►

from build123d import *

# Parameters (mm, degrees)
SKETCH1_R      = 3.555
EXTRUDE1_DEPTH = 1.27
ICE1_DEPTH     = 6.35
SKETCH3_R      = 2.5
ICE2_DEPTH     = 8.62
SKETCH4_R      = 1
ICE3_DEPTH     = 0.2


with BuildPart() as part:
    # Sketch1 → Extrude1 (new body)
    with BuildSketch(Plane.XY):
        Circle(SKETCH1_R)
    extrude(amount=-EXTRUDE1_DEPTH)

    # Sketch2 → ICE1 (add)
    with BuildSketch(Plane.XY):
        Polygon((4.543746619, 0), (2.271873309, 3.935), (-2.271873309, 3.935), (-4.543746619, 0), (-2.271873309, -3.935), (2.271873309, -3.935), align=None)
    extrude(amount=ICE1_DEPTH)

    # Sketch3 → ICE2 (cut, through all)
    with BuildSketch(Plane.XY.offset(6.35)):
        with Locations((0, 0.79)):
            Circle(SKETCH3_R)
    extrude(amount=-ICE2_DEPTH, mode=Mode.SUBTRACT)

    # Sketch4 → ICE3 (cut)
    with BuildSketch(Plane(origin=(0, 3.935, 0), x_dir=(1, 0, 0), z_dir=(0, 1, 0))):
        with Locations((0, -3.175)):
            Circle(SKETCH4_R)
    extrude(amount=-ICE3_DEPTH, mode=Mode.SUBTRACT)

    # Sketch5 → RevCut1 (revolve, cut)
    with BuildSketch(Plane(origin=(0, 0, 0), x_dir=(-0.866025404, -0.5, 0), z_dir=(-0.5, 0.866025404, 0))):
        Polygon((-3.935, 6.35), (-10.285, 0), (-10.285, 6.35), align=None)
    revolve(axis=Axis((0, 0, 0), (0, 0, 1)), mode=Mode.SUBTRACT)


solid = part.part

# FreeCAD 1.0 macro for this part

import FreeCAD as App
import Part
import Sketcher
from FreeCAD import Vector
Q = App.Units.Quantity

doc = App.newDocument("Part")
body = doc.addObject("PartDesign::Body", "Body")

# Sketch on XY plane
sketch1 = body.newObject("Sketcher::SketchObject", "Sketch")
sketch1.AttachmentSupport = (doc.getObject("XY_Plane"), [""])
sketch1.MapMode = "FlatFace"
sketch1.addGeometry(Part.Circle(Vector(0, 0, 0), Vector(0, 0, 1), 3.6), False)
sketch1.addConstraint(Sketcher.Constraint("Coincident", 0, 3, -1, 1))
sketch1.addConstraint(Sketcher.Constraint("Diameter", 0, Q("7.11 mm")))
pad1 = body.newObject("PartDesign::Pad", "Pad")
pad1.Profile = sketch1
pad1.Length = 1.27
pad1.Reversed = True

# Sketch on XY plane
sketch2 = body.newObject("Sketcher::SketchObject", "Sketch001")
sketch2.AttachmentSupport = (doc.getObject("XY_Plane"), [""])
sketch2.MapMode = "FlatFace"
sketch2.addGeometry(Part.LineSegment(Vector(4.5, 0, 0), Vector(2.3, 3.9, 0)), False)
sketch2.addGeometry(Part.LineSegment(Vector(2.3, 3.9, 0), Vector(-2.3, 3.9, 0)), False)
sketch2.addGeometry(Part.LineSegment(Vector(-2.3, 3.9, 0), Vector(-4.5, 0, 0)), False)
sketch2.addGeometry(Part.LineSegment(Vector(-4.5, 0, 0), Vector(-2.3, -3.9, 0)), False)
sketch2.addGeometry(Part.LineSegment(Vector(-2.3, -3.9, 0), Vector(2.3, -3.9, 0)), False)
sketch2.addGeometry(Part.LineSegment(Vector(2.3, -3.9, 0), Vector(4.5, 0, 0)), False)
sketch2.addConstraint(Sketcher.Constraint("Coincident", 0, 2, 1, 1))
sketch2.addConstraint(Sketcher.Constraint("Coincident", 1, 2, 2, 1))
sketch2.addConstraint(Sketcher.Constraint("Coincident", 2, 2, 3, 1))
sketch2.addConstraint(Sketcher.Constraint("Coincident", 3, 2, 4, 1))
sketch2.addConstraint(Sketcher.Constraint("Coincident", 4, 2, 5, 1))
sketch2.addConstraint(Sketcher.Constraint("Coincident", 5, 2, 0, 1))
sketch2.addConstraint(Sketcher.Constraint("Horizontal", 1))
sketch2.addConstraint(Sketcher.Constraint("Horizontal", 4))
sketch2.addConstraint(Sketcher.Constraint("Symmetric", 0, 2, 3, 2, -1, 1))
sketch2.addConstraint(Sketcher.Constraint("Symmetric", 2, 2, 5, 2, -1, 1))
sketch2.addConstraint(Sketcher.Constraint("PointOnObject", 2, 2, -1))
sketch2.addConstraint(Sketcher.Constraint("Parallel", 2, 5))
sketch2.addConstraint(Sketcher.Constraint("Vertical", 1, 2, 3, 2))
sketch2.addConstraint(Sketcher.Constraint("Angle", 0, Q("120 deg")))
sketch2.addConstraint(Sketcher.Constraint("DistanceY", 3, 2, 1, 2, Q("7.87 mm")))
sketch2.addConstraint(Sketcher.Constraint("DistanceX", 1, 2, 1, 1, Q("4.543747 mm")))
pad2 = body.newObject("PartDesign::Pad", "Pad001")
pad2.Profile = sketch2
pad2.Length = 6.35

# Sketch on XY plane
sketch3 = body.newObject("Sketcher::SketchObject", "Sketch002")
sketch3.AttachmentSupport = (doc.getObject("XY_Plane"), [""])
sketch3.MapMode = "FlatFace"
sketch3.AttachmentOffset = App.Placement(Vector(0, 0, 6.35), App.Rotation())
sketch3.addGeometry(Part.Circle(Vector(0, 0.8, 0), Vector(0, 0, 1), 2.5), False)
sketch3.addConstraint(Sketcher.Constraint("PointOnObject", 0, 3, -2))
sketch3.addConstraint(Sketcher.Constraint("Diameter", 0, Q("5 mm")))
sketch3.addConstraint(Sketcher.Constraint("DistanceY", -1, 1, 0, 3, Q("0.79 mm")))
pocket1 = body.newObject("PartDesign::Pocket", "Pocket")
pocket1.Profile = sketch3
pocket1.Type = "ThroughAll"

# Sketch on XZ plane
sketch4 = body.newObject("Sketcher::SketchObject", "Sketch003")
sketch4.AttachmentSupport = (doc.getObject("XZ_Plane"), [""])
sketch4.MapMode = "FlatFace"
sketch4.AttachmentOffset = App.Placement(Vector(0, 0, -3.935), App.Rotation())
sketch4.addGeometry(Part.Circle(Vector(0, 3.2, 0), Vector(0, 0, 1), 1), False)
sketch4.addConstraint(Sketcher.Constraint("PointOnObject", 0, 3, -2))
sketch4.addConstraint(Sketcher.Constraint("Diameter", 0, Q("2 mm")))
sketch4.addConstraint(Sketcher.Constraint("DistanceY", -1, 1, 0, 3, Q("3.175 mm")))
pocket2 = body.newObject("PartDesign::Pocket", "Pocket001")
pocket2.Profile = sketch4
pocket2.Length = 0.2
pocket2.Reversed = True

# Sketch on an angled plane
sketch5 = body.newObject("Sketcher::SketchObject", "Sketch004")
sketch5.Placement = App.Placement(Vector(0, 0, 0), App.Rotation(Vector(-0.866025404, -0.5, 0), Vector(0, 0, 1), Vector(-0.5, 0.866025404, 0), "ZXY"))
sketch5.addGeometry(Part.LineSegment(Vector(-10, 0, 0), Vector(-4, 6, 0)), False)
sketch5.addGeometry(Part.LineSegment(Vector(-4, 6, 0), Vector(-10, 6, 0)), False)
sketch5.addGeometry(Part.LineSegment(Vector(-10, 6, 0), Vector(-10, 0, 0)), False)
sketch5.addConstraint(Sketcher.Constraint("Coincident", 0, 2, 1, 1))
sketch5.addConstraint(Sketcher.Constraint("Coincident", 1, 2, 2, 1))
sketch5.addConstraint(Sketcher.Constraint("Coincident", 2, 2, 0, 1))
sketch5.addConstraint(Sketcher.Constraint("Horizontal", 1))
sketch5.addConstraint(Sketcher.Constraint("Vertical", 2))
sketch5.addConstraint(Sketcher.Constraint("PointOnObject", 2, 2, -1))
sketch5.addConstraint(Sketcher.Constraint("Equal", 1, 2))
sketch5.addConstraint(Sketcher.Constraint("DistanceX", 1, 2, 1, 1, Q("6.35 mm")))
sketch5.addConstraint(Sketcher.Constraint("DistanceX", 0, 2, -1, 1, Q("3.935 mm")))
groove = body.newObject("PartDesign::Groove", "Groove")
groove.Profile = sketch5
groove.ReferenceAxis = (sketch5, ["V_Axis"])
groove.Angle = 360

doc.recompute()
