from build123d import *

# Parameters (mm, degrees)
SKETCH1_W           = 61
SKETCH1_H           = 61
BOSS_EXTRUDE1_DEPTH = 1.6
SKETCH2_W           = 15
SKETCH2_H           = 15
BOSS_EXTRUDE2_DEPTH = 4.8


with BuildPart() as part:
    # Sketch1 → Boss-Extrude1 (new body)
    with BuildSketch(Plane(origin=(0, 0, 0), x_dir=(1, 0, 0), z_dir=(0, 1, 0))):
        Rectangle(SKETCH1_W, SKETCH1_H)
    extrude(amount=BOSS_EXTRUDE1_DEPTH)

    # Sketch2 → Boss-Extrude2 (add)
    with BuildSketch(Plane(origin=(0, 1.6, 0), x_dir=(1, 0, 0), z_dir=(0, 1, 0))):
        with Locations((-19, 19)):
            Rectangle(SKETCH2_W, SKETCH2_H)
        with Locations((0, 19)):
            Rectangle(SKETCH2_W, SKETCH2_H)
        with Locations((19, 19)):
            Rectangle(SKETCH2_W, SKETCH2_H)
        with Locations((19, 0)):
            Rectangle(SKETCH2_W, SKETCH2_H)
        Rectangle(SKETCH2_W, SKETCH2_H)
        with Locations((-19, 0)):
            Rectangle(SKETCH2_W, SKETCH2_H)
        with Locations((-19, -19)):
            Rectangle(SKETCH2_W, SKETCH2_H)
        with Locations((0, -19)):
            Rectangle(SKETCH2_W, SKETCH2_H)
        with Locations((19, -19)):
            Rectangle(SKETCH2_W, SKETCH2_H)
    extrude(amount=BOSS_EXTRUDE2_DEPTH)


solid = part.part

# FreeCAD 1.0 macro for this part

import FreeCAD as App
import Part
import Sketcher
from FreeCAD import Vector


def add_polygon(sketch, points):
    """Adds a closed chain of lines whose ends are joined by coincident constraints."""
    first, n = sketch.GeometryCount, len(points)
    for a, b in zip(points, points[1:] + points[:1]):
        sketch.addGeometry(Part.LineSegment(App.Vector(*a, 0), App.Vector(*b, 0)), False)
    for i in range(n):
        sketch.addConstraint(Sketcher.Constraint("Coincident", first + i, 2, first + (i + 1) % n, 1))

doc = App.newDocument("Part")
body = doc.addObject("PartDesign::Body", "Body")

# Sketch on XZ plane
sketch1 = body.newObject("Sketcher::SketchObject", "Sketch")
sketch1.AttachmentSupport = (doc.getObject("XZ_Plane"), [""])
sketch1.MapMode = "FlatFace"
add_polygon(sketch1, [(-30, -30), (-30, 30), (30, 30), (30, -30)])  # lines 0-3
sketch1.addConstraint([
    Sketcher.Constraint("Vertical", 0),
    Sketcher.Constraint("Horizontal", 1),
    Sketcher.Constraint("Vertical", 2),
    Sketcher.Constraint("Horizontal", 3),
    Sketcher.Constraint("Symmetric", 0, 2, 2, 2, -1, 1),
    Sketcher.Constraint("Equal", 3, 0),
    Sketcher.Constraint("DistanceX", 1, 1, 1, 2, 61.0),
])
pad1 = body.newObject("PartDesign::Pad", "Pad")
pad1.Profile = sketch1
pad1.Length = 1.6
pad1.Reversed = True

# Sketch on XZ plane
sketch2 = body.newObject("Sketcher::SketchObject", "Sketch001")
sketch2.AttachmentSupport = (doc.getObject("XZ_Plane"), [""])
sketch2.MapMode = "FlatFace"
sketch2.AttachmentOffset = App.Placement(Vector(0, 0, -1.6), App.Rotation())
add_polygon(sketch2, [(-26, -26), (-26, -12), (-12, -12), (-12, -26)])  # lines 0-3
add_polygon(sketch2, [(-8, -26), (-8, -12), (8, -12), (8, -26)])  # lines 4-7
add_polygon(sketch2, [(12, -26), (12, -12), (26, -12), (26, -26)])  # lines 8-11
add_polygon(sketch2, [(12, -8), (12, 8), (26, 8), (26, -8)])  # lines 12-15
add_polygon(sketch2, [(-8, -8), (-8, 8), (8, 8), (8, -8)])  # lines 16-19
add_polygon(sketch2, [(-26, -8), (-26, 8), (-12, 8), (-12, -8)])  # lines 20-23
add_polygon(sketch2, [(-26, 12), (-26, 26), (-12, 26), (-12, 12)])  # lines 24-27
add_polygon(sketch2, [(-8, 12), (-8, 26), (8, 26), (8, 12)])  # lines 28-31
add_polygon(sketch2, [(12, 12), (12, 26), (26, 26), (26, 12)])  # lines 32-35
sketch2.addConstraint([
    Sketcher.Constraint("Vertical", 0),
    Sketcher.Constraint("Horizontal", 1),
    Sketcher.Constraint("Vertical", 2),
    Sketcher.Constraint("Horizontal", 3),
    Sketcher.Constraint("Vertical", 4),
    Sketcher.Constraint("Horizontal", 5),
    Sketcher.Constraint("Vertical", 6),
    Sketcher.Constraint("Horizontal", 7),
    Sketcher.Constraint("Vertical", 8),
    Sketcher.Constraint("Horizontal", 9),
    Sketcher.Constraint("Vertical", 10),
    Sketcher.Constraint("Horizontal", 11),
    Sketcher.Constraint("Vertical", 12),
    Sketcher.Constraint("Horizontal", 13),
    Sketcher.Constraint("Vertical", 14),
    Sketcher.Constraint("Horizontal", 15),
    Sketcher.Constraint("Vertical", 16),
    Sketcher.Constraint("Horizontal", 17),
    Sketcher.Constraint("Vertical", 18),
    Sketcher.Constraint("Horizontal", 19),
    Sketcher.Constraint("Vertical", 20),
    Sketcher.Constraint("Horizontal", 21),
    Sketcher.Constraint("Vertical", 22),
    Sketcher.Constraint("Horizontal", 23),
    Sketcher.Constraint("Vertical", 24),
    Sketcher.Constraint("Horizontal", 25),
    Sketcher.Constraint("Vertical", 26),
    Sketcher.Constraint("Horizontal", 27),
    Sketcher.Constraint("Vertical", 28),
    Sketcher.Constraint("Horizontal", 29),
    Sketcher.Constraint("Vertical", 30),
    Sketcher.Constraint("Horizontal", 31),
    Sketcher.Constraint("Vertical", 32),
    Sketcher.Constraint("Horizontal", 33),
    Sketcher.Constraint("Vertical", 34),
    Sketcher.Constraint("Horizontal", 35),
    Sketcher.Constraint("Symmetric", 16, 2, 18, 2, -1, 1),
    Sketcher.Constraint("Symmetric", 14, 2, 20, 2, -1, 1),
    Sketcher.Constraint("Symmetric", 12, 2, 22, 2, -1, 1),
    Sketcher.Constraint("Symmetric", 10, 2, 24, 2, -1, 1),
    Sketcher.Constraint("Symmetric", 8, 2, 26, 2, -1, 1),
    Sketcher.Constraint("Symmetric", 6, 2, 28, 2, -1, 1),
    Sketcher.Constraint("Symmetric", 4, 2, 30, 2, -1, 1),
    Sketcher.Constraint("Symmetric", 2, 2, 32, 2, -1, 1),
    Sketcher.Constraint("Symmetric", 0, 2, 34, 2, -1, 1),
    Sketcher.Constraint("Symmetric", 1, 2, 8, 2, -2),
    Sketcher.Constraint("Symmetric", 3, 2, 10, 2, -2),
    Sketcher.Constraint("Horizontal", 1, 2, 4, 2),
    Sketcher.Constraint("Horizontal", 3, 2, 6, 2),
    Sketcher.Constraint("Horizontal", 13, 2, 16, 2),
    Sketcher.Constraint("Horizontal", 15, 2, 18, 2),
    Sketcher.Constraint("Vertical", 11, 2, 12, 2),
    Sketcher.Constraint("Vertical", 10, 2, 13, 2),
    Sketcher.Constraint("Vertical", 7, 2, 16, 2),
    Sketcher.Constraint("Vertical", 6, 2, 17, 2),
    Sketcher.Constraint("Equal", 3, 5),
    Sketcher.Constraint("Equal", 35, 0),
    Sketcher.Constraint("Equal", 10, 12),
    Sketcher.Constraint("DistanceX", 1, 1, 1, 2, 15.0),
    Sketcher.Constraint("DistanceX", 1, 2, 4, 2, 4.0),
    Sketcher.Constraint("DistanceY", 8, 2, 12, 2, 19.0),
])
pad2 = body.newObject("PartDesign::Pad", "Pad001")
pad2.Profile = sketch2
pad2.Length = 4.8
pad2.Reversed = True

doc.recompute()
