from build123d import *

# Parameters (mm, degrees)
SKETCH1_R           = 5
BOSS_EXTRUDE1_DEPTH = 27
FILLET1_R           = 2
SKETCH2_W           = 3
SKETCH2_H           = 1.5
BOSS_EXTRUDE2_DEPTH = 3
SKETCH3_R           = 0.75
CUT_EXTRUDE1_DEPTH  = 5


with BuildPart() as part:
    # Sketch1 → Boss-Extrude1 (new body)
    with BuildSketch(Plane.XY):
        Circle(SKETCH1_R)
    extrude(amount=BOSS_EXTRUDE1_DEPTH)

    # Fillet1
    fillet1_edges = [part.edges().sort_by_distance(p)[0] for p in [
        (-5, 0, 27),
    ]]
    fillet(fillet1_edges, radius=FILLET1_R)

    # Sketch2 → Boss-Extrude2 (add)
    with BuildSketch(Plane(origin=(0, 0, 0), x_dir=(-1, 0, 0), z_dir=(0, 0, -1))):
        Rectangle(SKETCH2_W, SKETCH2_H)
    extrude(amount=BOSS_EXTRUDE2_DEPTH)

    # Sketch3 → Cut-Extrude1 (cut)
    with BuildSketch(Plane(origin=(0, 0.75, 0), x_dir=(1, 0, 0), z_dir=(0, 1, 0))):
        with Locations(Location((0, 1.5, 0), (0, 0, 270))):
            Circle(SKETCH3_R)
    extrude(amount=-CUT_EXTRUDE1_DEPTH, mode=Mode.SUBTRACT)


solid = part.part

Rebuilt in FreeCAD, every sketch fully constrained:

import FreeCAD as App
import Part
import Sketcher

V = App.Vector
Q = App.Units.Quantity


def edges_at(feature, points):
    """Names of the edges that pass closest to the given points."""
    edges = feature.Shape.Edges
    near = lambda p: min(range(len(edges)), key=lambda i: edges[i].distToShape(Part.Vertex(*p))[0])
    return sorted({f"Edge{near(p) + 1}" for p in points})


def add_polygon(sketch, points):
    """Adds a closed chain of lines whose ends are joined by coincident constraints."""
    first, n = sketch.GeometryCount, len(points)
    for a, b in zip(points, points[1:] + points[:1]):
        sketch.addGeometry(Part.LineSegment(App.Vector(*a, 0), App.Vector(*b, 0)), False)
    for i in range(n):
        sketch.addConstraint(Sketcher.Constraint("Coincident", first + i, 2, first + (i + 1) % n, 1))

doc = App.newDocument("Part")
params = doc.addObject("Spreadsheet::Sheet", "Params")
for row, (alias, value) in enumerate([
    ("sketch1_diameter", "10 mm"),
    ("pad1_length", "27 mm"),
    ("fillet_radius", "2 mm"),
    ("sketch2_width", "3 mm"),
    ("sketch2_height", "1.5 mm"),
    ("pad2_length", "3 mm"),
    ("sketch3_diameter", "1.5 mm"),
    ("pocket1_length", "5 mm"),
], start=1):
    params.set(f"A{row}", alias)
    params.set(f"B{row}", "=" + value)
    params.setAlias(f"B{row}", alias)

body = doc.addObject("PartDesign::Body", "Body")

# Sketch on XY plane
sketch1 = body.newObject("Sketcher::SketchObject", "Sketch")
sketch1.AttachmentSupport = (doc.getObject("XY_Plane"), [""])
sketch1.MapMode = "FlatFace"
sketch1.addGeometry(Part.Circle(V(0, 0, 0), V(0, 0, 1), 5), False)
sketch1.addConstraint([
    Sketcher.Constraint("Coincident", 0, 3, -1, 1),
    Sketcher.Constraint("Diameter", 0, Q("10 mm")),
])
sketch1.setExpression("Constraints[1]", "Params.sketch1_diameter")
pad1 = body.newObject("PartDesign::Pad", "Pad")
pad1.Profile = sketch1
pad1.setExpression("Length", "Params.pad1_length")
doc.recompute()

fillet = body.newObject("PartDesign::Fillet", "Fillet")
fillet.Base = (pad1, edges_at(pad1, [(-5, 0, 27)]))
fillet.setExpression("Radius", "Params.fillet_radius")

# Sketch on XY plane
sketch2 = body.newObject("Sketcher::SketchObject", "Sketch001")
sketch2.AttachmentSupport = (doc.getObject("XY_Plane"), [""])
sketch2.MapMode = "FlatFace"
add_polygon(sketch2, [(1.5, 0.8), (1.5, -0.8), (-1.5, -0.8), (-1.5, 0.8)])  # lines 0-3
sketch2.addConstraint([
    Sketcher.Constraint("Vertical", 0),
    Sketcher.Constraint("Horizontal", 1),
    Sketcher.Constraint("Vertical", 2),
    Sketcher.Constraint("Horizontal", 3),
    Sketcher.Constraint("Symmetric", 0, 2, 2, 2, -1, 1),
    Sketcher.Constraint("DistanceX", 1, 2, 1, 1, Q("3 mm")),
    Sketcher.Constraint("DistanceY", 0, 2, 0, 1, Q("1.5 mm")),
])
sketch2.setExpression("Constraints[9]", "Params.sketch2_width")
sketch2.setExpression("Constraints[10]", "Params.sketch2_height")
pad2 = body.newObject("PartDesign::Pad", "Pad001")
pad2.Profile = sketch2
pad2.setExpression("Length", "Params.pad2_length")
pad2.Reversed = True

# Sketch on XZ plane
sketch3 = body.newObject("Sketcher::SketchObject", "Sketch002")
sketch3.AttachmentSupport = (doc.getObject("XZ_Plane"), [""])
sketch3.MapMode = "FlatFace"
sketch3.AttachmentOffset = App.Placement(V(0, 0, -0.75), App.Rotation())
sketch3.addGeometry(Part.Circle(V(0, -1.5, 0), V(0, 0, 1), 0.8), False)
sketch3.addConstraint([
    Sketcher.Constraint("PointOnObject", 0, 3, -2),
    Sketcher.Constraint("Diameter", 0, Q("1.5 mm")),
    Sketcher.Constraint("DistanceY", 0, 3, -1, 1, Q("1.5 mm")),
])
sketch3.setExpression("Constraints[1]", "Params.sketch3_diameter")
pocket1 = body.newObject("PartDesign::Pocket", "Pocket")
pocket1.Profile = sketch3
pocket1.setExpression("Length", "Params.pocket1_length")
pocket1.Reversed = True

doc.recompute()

◄

### Your goal:
Copy every line in the records above that contains the word "SUBTRACT".

### Solved exercise:
    extrude(amount=-ICE2_DEPTH, mode=Mode.SUBTRACT)
    extrude(amount=-ICE3_DEPTH, mode=Mode.SUBTRACT)
    revolve(axis=Axis((0, 0, 0), (0, 0, 1)), mode=Mode.SUBTRACT)
    extrude(amount=-CUT_EXTRUDE1_DEPTH, mode=Mode.SUBTRACT)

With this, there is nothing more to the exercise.